** DATA PROVIDED follows **

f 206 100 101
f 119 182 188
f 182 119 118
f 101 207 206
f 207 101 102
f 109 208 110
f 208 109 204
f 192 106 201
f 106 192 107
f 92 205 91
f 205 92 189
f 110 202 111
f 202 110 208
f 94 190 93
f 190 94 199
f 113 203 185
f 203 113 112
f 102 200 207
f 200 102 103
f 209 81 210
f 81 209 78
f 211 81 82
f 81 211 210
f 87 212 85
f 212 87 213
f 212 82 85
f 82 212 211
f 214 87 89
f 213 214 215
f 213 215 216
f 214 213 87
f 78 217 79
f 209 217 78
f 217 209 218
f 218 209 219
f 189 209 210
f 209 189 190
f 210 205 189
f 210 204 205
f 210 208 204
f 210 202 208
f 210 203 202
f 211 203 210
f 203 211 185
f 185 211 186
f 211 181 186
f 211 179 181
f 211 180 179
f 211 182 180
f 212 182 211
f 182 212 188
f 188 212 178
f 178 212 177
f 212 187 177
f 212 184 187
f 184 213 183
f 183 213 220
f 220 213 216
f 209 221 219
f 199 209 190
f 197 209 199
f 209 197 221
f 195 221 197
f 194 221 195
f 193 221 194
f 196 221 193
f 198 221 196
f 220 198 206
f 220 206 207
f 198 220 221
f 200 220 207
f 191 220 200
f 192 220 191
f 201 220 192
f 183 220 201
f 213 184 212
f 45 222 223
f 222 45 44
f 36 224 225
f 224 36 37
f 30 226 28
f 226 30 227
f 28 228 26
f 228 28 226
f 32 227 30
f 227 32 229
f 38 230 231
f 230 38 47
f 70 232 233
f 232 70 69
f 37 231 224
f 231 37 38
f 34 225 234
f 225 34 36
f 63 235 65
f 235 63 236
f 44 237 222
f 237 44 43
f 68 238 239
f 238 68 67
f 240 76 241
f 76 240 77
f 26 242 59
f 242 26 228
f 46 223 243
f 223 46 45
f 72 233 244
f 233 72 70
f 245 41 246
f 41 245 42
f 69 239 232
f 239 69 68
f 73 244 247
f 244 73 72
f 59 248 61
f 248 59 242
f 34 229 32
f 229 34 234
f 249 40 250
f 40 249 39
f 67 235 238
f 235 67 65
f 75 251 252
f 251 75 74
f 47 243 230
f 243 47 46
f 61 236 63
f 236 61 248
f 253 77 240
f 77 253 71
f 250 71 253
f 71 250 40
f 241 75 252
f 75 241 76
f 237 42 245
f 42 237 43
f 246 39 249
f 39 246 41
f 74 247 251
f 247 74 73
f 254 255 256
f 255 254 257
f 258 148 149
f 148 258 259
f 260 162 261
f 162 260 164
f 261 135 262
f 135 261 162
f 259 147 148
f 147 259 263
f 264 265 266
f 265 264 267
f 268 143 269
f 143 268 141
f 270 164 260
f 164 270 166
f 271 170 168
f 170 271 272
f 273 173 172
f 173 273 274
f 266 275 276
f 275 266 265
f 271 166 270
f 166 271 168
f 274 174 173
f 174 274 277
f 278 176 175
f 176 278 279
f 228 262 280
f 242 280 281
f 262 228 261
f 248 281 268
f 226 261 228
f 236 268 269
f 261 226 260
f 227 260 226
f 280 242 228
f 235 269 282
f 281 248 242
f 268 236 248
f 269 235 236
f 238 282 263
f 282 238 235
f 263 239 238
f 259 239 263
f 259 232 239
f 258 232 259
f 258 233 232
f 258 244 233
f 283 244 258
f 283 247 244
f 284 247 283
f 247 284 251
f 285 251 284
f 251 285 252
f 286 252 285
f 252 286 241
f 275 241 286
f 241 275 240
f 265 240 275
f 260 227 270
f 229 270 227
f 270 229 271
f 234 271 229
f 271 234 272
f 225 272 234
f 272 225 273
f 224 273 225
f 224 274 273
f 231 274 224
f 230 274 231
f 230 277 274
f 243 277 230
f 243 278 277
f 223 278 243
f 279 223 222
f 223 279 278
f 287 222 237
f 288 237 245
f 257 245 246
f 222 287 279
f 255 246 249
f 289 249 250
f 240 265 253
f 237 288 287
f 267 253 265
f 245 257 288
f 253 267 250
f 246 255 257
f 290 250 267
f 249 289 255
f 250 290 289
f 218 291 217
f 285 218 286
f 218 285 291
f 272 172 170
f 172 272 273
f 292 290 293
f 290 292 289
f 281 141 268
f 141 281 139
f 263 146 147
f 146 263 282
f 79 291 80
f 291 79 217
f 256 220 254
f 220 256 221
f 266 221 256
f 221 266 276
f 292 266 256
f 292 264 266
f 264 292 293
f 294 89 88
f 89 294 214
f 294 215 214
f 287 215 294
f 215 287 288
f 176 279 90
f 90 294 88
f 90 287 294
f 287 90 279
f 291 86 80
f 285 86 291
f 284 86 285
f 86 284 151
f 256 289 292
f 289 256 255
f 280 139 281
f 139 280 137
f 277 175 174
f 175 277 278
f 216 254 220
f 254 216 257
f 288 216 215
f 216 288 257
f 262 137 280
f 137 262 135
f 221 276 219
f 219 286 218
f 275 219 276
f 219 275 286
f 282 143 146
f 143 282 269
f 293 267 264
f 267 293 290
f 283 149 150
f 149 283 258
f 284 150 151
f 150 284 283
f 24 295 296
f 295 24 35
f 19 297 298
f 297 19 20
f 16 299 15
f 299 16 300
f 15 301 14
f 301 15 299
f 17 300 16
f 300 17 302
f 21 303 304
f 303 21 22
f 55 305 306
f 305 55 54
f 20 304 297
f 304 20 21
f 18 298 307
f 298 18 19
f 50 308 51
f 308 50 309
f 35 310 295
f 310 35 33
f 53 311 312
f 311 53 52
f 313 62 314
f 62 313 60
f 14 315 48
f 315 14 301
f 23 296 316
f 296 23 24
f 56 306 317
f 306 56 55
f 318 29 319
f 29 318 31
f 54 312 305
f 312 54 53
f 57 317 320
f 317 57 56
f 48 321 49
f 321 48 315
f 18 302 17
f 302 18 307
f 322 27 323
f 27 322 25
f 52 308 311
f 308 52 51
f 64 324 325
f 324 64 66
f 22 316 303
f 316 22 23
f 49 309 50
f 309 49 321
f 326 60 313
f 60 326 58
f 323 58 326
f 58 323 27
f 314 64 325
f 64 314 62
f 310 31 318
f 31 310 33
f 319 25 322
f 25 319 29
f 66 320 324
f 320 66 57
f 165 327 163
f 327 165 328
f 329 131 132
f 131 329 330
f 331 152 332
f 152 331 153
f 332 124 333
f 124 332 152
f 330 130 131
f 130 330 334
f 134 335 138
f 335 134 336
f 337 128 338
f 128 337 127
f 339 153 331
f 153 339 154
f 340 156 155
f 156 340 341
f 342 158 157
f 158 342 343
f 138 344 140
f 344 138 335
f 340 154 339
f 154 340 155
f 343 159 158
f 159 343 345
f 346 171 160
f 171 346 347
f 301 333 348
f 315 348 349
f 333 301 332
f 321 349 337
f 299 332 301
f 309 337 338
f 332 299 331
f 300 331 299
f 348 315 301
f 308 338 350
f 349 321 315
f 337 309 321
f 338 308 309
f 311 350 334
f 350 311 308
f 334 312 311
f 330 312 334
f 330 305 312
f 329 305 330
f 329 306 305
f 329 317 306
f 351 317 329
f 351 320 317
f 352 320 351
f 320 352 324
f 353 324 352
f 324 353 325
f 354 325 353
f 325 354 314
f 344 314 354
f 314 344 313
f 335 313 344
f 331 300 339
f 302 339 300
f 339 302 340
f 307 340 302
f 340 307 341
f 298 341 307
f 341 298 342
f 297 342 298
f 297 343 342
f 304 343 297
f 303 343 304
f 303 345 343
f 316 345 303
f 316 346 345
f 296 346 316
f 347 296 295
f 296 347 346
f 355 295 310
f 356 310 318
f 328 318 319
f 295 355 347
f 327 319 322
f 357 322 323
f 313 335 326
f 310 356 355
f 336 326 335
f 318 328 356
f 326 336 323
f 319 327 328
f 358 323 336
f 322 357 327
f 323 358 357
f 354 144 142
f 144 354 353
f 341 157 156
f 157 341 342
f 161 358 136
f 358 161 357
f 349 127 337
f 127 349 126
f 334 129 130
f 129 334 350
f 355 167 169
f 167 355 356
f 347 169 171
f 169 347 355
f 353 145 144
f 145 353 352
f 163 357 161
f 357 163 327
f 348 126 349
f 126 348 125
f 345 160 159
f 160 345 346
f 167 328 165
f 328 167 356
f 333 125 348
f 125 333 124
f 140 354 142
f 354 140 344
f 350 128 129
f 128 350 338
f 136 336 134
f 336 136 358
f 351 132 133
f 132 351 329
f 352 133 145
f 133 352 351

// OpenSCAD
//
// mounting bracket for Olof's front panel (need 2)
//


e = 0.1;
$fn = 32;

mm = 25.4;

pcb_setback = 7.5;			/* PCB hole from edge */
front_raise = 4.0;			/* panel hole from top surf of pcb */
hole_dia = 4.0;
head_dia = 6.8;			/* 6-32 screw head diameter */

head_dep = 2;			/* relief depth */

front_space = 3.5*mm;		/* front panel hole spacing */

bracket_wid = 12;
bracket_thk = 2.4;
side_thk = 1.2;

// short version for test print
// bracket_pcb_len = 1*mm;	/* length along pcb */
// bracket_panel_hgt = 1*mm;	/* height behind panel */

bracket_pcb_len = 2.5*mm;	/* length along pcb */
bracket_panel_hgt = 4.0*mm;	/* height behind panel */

** End of DATA PROVIDED **

→ EXERCISE DETAILS: Copy, exactly and only, the lines above that begin with the one containing "f 280 242 228" and finish with the one containing "f 31 310 33".

→ SOLUTION FOR THIS TASK:
f 280 242 228
f 235 269 282
f 281 248 242
f 268 236 248
f 269 235 236
f 238 282 263
f 282 238 235
f 263 239 238
f 259 239 263
f 259 232 239
f 258 232 259
f 258 233 232
f 258 244 233
f 283 244 258
f 283 247 244
f 284 247 283
f 247 284 251
f 285 251 284
f 251 285 252
f 286 252 285
f 252 286 241
f 275 241 286
f 241 275 240
f 265 240 275
f 260 227 270
f 229 270 227
f 270 229 271
f 234 271 229
f 271 234 272
f 225 272 234
f 272 225 273
f 224 273 225
f 224 274 273
f 231 274 224
f 230 274 231
f 230 277 274
f 243 277 230
f 243 278 277
f 223 278 243
f 279 223 222
f 223 279 278
f 287 222 237
f 288 237 245
f 257 245 246
f 222 287 279
f 255 246 249
f 289 249 250
f 240 265 253
f 237 288 287
f 267 253 265
f 245 257 288
f 253 267 250
f 246 255 257
f 290 250 267
f 249 289 255
f 250 290 289
f 218 291 217
f 285 218 286
f 218 285 291
f 272 172 170
f 172 272 273
f 292 290 293
f 290 292 289
f 281 141 268
f 141 281 139
f 263 146 147
f 146 263 282
f 79 291 80
f 291 79 217
f 256 220 254
f 220 256 221
f 266 221 256
f 221 266 276
f 292 266 256
f 292 264 266
f 264 292 293
f 294 89 88
f 89 294 214
f 294 215 214
f 287 215 294
f 215 287 288
f 176 279 90
f 90 294 88
f 90 287 294
f 287 90 279
f 291 86 80
f 285 86 291
f 284 86 285
f 86 284 151
f 256 289 292
f 289 256 255
f 280 139 281
f 139 280 137
f 277 175 174
f 175 277 278
f 216 254 220
f 254 216 257
f 288 216 215
f 216 288 257
f 262 137 280
f 137 262 135
f 221 276 219
f 219 286 218
f 275 219 276
f 219 275 286
f 282 143 146
f 143 282 269
f 293 267 264
f 267 293 290
f 283 149 150
f 149 283 258
f 284 150 151
f 150 284 283
f 24 295 296
f 295 24 35
f 19 297 298
f 297 19 20
f 16 299 15
f 299 16 300
f 15 301 14
f 301 15 299
f 17 300 16
f 300 17 302
f 21 303 304
f 303 21 22
f 55 305 306
f 305 55 54
f 20 304 297
f 304 20 21
f 18 298 307
f 298 18 19
f 50 308 51
f 308 50 309
f 35 310 295
f 310 35 33
f 53 311 312
f 311 53 52
f 313 62 314
f 62 313 60
f 14 315 48
f 315 14 301
f 23 296 316
f 296 23 24
f 56 306 317
f 306 56 55
f 318 29 319
f 29 318 31
f 54 312 305
f 312 54 53
f 57 317 320
f 317 57 56
f 48 321 49
f 321 48 315
f 18 302 17
f 302 18 307
f 322 27 323
f 27 322 25
f 52 308 311
f 308 52 51
f 64 324 325
f 324 64 66
f 22 316 303
f 316 22 23
f 49 309 50
f 309 49 321
f 326 60 313
f 60 326 58
f 323 58 326
f 58 323 27
f 314 64 325
f 64 314 62
f 310 31 318
f 31 310 33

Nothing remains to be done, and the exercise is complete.